→ Prompt
Only the lines that hold the word "amount" are wanted from this listing.

+++ Available records +++

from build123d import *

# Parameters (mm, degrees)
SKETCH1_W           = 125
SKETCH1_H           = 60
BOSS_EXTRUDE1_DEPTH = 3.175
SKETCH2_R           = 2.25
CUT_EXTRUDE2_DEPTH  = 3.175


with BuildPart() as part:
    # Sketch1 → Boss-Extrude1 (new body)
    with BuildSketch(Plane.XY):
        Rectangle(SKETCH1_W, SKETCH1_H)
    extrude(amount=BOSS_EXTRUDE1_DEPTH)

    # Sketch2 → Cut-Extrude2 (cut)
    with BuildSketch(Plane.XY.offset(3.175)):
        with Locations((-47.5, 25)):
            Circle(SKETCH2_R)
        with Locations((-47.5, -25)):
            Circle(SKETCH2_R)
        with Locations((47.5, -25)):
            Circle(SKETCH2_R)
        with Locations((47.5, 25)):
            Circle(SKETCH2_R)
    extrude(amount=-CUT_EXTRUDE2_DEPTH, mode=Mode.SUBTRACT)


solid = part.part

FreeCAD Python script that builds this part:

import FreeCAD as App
import Part
import Sketcher
from FreeCAD import Vector
Q = App.Units.Quantity

doc = App.newDocument("Part")
body = doc.addObject("PartDesign::Body", "Body")

# Sketch on XY plane
sketch1 = body.newObject("Sketcher::SketchObject", "Sketch")
sketch1.AttachmentSupport = (doc.getObject("XY_Plane"), [""])
sketch1.MapMode = "FlatFace"
sketch1.addGeometry(Part.LineSegment(Vector(-62, 30, 0), Vector(-62, -30, 0)), False)
sketch1.addGeometry(Part.LineSegment(Vector(-62, -30, 0), Vector(62, -30, 0)), False)
sketch1.addGeometry(Part.LineSegment(Vector(62, -30, 0), Vector(62, 30, 0)), False)
sketch1.addGeometry(Part.LineSegment(Vector(62, 30, 0), Vector(-62, 30, 0)), False)
sketch1.addConstraint(Sketcher.Constraint("Coincident", 0, 2, 1, 1))
sketch1.addConstraint(Sketcher.Constraint("Coincident", 1, 2, 2, 1))
sketch1.addConstraint(Sketcher.Constraint("Coincident", 2, 2, 3, 1))
sketch1.addConstraint(Sketcher.Constraint("Coincident", 3, 2, 0, 1))
sketch1.addConstraint(Sketcher.Constraint("Vertical", 0))
sketch1.addConstraint(Sketcher.Constraint("Horizontal", 1))
sketch1.addConstraint(Sketcher.Constraint("Vertical", 2))
sketch1.addConstraint(Sketcher.Constraint("Horizontal", 3))
sketch1.addConstraint(Sketcher.Constraint("Symmetric", 0, 2, 2, 2, -1, 1))
sketch1.addConstraint(Sketcher.Constraint("DistanceX", 1, 1, 1, 2, Q("125 mm")))
sketch1.addConstraint(Sketcher.Constraint("DistanceY", 0, 2, 0, 1, Q("60 mm")))
pad1 = body.newObject("PartDesign::Pad", "Pad")
pad1.Profile = sketch1
pad1.Length = 3.175

# Sketch on XY plane
sketch2 = body.newObject("Sketcher::SketchObject", "Sketch001")
sketch2.AttachmentSupport = (doc.getObject("XY_Plane"), [""])
sketch2.MapMode = "FlatFace"
sketch2.AttachmentOffset = App.Placement(Vector(0, 0, 3.175), App.Rotation())
sketch2.addGeometry(Part.Circle(Vector(-47.5, 25, 0), Vector(0, 0, 1), 2.2), False)
sketch2.addGeometry(Part.Circle(Vector(-47.5, -25, 0), Vector(0, 0, 1), 2.2), False)
sketch2.addGeometry(Part.Circle(Vector(47.5, -25, 0), Vector(0, 0, 1), 2.2), False)
sketch2.addGeometry(Part.Circle(Vector(47.5, 25, 0), Vector(0, 0, 1), 2.2), False)
sketch2.addConstraint(Sketcher.Constraint("Equal", 0, 1))
sketch2.addConstraint(Sketcher.Constraint("Equal", 1, 2))
sketch2.addConstraint(Sketcher.Constraint("Equal", 2, 3))
sketch2.addConstraint(Sketcher.Constraint("Symmetric", 0, 3, 2, 3, -1, 1))
sketch2.addConstraint(Sketcher.Constraint("Symmetric", 1, 3, 3, 3, -1, 1))
sketch2.addConstraint(Sketcher.Constraint("Symmetric", 1, 3, 2, 3, -2))
sketch2.addConstraint(Sketcher.Constraint("Diameter", 0, Q("4.5 mm")))
sketch2.addConstraint(Sketcher.Constraint("DistanceY", -1, 1, 0, 3, Q("25 mm")))
sketch2.addConstraint(Sketcher.Constraint("DistanceX", 1, 3, 2, 3, Q("95 mm")))
pocket1 = body.newObject("PartDesign::Pocket", "Pocket")
pocket1.Profile = sketch2
pocket1.Length = 3.175

doc.recompute()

+++

→ Solution
    extrude(amount=BOSS_EXTRUDE1_DEPTH)
    extrude(amount=-CUT_EXTRUDE2_DEPTH, mode=Mode.SUBTRACT)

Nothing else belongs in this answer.